Foreign Earned income exclusion for expats
What is Foreign Earned income exclusion? Form 2555
Table of contents:
What is foreign earned income Exclusion?
As a US Citizen or a Green Card holder, you are allowed to exclude up to $108,700 of foreign source income on your tax return for 2021 if you maintained a “Tax Home’’ and lived abroad. In addition to this, you can also claim the housing exclusion or deduction for the accommodation costs you incurred abroad.
Before we jump into the 2 types of tests for claiming FEIE, it’s very important to understand the definition for the “Tax Home’’.
Your tax home is your principal place of employment, business/ duty regardless of where your family home lies. If you do not have a fixed home (digital nomad/vagabond) your tax home is your regular place of abode (the place where you spend the most amount of time). The location of your abode is based on your economic/social/family ties. Your abode is not the United States, just because you maintain a family home there.
To conclude, a Tax Home refers to the jurisdiction where the taxpayer conducts this economic and business activity. Use the IRS tool here, if you are unsure.
What are the two methods to claim foreign earned income exclusion ?
The 1st method is called Bonafide Residence Test (BFR). This is a qualitative test, meaning you need to be a bona-fide( good faith) resident of that country, tax home must be in that country, place of work, bank accounts etc. must be in that country for an uninterrupted period that includes an entire tax year (January 1–December 31, if you file a calendar year return). In the initial year of departure, you will have to satisfy the above test by being a resident of that country, the following year to claim BFR. Say that your assignment starts in september 2021, for the tax year 2021, you will have to be a resident in the assignment country for the entire 2022. Your 2021 Tax return will only be filed in January of 2023! Form 2350 needs to be filed for seeking extension of time due to form 2555 – Foreign earned income exclusion. This method is usually applicable to long term assignments of the Taxpayer which usually last more than 12 months.
If your spouse is working abroad as well and has foreign earned income and meets the above criteria, would be eligible for their own separate “ earned income exclusion”. Assuming both are staying in the same foreign home, housing exclusion can be taken by the taxpayer who’s Foreign earned income is higher. The exclusion can also be considered for self-employment income as well.
The second method is called the Physical Presence Test. This is a quantitative test, where a US Citizen or a resident must live in foreign country for at least 330 days (non-consecutive) over a 365 day period. The 330 full days can be interrupted by periods when you are traveling over international waters or are otherwise not in a foreign country. Assuming a 365 day annual year, a taxpayer can be in the US for a maximum of 35 days in a year to meet the test. Also once 330 foreign days(non-consecutive) conditions are met, then any of the 35 days allowed for US days that are remaining can be rolled back from the beginning of the assignment or the ending of the assignment, thereby extending the qualifying day period,also known as “slide days”. Usually Green card holders follow the PPT method as a safe approach as Green card holders can only be a resident of one country at time! Assuming, if there is a Tax treaty from the taxpayers country of birth/origin/ citizen with the United States, non discrimination clause, if given in the tax treaty can be used to claim BFR in those instances. This is a very aggressive position which may get a scrutiny check from the IRS.

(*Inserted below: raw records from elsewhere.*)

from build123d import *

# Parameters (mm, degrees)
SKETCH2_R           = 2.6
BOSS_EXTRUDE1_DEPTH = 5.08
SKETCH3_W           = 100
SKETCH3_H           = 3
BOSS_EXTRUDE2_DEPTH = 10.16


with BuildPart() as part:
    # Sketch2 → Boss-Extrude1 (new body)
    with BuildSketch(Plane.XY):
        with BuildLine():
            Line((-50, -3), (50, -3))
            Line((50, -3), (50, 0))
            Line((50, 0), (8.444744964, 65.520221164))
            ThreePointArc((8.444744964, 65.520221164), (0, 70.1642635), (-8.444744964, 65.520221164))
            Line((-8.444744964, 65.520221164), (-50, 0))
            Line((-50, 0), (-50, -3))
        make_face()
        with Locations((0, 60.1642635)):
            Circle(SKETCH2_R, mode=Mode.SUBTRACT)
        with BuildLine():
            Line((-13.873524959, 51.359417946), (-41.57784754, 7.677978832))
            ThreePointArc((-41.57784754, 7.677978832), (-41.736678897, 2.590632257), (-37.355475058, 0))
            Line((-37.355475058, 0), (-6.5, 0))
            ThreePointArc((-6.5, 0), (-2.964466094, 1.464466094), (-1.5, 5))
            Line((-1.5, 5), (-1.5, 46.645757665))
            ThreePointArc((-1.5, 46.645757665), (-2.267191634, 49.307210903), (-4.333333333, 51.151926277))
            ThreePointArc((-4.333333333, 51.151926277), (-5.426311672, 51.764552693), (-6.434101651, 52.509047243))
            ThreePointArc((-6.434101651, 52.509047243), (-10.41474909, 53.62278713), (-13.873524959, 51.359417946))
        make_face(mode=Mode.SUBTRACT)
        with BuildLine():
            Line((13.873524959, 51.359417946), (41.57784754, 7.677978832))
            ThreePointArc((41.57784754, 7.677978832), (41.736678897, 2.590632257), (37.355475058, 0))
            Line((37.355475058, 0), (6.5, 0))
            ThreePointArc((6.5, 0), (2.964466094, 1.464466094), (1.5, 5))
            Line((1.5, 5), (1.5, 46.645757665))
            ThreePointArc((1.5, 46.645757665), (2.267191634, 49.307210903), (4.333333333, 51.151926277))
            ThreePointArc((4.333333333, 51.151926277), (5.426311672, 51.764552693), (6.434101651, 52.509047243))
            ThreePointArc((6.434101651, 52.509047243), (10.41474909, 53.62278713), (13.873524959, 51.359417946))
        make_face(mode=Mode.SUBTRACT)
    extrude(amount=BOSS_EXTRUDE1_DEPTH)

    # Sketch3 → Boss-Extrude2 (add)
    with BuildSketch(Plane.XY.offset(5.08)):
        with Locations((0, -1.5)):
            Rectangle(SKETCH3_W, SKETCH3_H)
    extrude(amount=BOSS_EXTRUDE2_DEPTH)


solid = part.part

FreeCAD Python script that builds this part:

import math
import FreeCAD as App
import Part
import Sketcher
from FreeCAD import Vector
Q = App.Units.Quantity


def add_polygon(sketch, points):
    """Adds a closed chain of lines whose ends are joined by coincident constraints."""
    first, n = sketch.GeometryCount, len(points)
    for a, b in zip(points, points[1:] + points[:1]):
        sketch.addGeometry(Part.LineSegment(App.Vector(*a, 0), App.Vector(*b, 0)), False)
    for i in range(n):
        sketch.addConstraint(Sketcher.Constraint("Coincident", first + i, 2, first + (i + 1) % n, 1))

doc = App.newDocument("Part")
params = doc.addObject("Spreadsheet::Sheet", "Params")
for row, (alias, value) in enumerate([
    ("sketch1_radius", "10 mm"),
    ("sketch1_radius2", "5 mm"),
    ("sketch1_diameter", "5.2 mm"),
    ("sketch1_width", "100 mm"),
    ("sketch1_height", "3 mm"),
    ("pad1_length", "5.08 mm"),
    ("sketch2_width", "100 mm"),
    ("sketch2_height", "3 mm"),
    ("pad2_length", "10.16 mm"),
], start=1):
    params.set(f"A{row}", alias)
    params.set(f"B{row}", "=" + value)
    params.setAlias(f"B{row}", alias)

body = doc.addObject("PartDesign::Body", "Body")

sketch1 = body.newObject("Sketcher::SketchObject", "Sketch")
sketch1.AttachmentSupport = (doc.getObject("XY_Plane"), [""])
sketch1.MapMode = "FlatFace"
sketch1.addGeometry([
    Part.LineSegment(Vector(-50, -3, 0), Vector(50, -3, 0)),
    Part.LineSegment(Vector(50, -3, 0), Vector(50, 0, 0)),
    Part.LineSegment(Vector(50, 0, 0), Vector(8.4, 65.5, 0)),
    Part.ArcOfCircle(Part.Circle(Vector(0, 60.2, 0), Vector(0, 0, 1), 10), math.radians(32), math.radians(148)),
    Part.LineSegment(Vector(-8.4, 65.5, 0), Vector(-50, 0, 0)),
    Part.LineSegment(Vector(-50, 0, 0), Vector(-50, -3, 0)),
    Part.LineSegment(Vector(-41.6, 7.7, 0), Vector(-13.9, 51.4, 0)),
    Part.ArcOfCircle(Part.Circle(Vector(-9.7, 48.7, 0), Vector(0, 0, 1), 5), math.radians(50), math.radians(148)),
    Part.ArcOfCircle(Part.Circle(Vector(0, 60.2, 0), Vector(0, 0, 1), 10), math.radians(-130.05), math.radians(-115.68)),
    Part.ArcOfCircle(Part.Circle(Vector(-6.5, 46.6, 0), Vector(0, 0, 1), 5), math.radians(0), math.radians(64)),
    Part.LineSegment(Vector(-1.5, 46.6, 0), Vector(-1.5, 5, 0)),
    Part.ArcOfCircle(Part.Circle(Vector(-6.5, 5, 0), Vector(0, 0, 1), 5), math.radians(-90), math.radians(0)),
    Part.LineSegment(Vector(-6.5, 0, 0), Vector(-37.4, 0, 0)),
    Part.ArcOfCircle(Part.Circle(Vector(-37.4, 5, 0), Vector(0, 0, 1), 5), math.radians(148), math.radians(270)),
    Part.ArcOfCircle(Part.Circle(Vector(9.7, 48.7, 0), Vector(0, 0, 1), 5), math.radians(32), math.radians(130)),
    Part.LineSegment(Vector(13.9, 51.4, 0), Vector(41.6, 7.7, 0)),
    Part.ArcOfCircle(Part.Circle(Vector(37.4, 5, 0), Vector(0, 0, 1), 5), math.radians(-90), math.radians(32)),
    Part.LineSegment(Vector(37.4, 0, 0), Vector(6.5, 0, 0)),
    Part.ArcOfCircle(Part.Circle(Vector(6.5, 5, 0), Vector(0, 0, 1), 5), math.radians(180), math.radians(270)),
    Part.LineSegment(Vector(1.5, 5, 0), Vector(1.5, 46.6, 0)),
    Part.ArcOfCircle(Part.Circle(Vector(6.5, 46.6, 0), Vector(0, 0, 1), 5), math.radians(116), math.radians(180)),
    Part.ArcOfCircle(Part.Circle(Vector(0, 60.2, 0), Vector(0, 0, 1), 10), math.radians(-64.32), math.radians(-49.95)),
    Part.Circle(Vector(0, 60.2, 0), Vector(0, 0, 1), 2.6),
], False)
sketch1.addConstraint([
    Sketcher.Constraint("Coincident", 0, 2, 1, 1),
    Sketcher.Constraint("Coincident", 1, 2, 2, 1),
    Sketcher.Constraint("Tangent", 2, 2, 3, 1),
    Sketcher.Constraint("Tangent", 3, 2, 4, 1),
    Sketcher.Constraint("Coincident", 4, 2, 5, 1),
    Sketcher.Constraint("Coincident", 5, 2, 0, 1),
    Sketcher.Constraint("Tangent", 6, 2, 7, 2),
    Sketcher.Constraint("Tangent", 7, 1, 8, 1),
    Sketcher.Constraint("Tangent", 8, 2, 9, 2),
    Sketcher.Constraint("Tangent", 9, 1, 10, 1),
    Sketcher.Constraint("Tangent", 10, 2, 11, 2),
    Sketcher.Constraint("Tangent", 11, 1, 12, 1),
    Sketcher.Constraint("Tangent", 12, 2, 13, 2),
    Sketcher.Constraint("Tangent", 13, 1, 6, 1),
    Sketcher.Constraint("Tangent", 14, 1, 15, 1),
    Sketcher.Constraint("Tangent", 15, 2, 16, 2),
    Sketcher.Constraint("Tangent", 16, 1, 17, 1),
    Sketcher.Constraint("Tangent", 17, 2, 18, 2),
    Sketcher.Constraint("Tangent", 18, 1, 19, 1),
    Sketcher.Constraint("Tangent", 19, 2, 20, 2),
    Sketcher.Constraint("Tangent", 20, 1, 21, 1),
    Sketcher.Constraint("Tangent", 21, 2, 14, 2),
    Sketcher.Constraint("Horizontal", 0),
    Sketcher.Constraint("Vertical", 1),
    Sketcher.Constraint("Vertical", 5),
    Sketcher.Constraint("Vertical", 10),
    Sketcher.Constraint("Horizontal", 12),
    Sketcher.Constraint("Horizontal", 17),
    Sketcher.Constraint("Vertical", 19),
    Sketcher.Constraint("Coincident", 8, 3, 3, 3),
    Sketcher.Constraint("Coincident", 21, 3, 3, 3),
    Sketcher.Constraint("Coincident", 22, 3, 3, 3),
    Sketcher.Constraint("Equal", 3, 8),
    Sketcher.Constraint("Equal", 7, 9),
    Sketcher.Constraint("Equal", 9, 11),
    Sketcher.Constraint("Equal", 11, 13),
    Sketcher.Constraint("Equal", 13, 14),
    Sketcher.Constraint("Equal", 14, 16),
    Sketcher.Constraint("Equal", 16, 18),
    Sketcher.Constraint("Equal", 18, 20),
    Sketcher.Constraint("Equal", 8, 21),
    Sketcher.Constraint("Symmetric", 1, 2, 4, 2, -1, 1),
    Sketcher.Constraint("Symmetric", 12, 2, 16, 1, -1, 1),
    Sketcher.Constraint("Symmetric", 7, 3, 14, 3, -2),
    Sketcher.Constraint("Symmetric", 11, 3, 18, 3, -2),
    Sketcher.Constraint("PointOnObject", 1, 2, -1),
    Sketcher.Constraint("Parallel", 4, 6),
    Sketcher.Constraint("Radius", 3, Q("10 mm")),
    Sketcher.Constraint("Radius", 7, Q("5 mm")),
    Sketcher.Constraint("Diameter", 22, Q("5.2 mm")),
    Sketcher.Constraint("DistanceX", 0, 1, 0, 2, Q("100 mm")),
    Sketcher.Constraint("DistanceY", 1, 1, 1, 2, Q("3 mm")),
    Sketcher.Constraint("DistanceX", 11, 3, 18, 3, Q("13 mm")),
    Sketcher.Constraint("DistanceX", 7, 1, -1, 1, Q("6.434102 mm")),
    Sketcher.Constraint("Distance", 6, Q("51.726179 mm")),
])
sketch1.setExpression("Constraints[47]", "Params.sketch1_radius")
sketch1.setExpression("Constraints[48]", "Params.sketch1_radius2")
sketch1.setExpression("Constraints[49]", "Params.sketch1_diameter")
sketch1.setExpression("Constraints[50]", "Params.sketch1_width")
sketch1.setExpression("Constraints[51]", "Params.sketch1_height")
pad1 = body.newObject("PartDesign::Pad", "Pad")
pad1.Profile = sketch1
pad1.setExpression("Length", "Params.pad1_length")

sketch2 = body.newObject("Sketcher::SketchObject", "Sketch001")
sketch2.AttachmentSupport = (doc.getObject("XY_Plane"), [""])
sketch2.MapMode = "FlatFace"
sketch2.AttachmentOffset = App.Placement(Vector(0, 0, 5.08), App.Rotation())
add_polygon(sketch2, [(-50, 0), (-50, -3), (50, -3), (50, 0)])
sketch2.addConstraint([
    Sketcher.Constraint("Vertical", 0),
    Sketcher.Constraint("Horizontal", 1),
    Sketcher.Constraint("Vertical", 2),
    Sketcher.Constraint("Horizontal", 3),
    Sketcher.Constraint("Symmetric", 2, 2, 3, 2, -1, 1),
    Sketcher.Constraint("DistanceX", 1, 1, 1, 2, Q("100 mm")),
    Sketcher.Constraint("DistanceY", 0, 2, 0, 1, Q("3 mm")),
])
sketch2.setExpression("Constraints[9]", "Params.sketch2_width")
sketch2.setExpression("Constraints[10]", "Params.sketch2_height")
pad2 = body.newObject("PartDesign::Pad", "Pad001")
pad2.Profile = sketch2
pad2.setExpression("Length", "Params.pad2_length")

doc.recompute()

Also, the choice to claim FEIE is of the Taxpayer, on whether to claim or not to claim. Else, it may also be beneficial to go with Foreign Tax credits, if the taxpayer is on assignment to a high tax country. Once the taxpayer does decide to claim the exclusion, the taxpayer has effectively elected to claim the exclusions in all future years that the taxpayer qualifies to claim. The taxpayer can also revoke the election, however might not claim again for 5 years, unless it has special permission from the IRS. The foreign assignment country can change during the year or during the duration of claiming this exclusion. The taxpayer can have back to back assignments in Foreign country without breaking these tests.
Foreign Housing Exclusion
Along with the above mentioned tests for exclusion, the Taxpayer is also eligible for the Foreign housing exclusion or deduction (self-employed). The housing expenses do have a limit on them. For most locations, in 2021 it’s limited to 30% of the $108,700. The housing expenses limits are based on the geographical differences in the housing costs compared to the United States. Staying in Bali would have a different limit as compared to staying in London. The Housing Exclusion is addition to the Foreign Earned Income Exclusion (Over and above of $108,700). There is a table on the IRS website for the same.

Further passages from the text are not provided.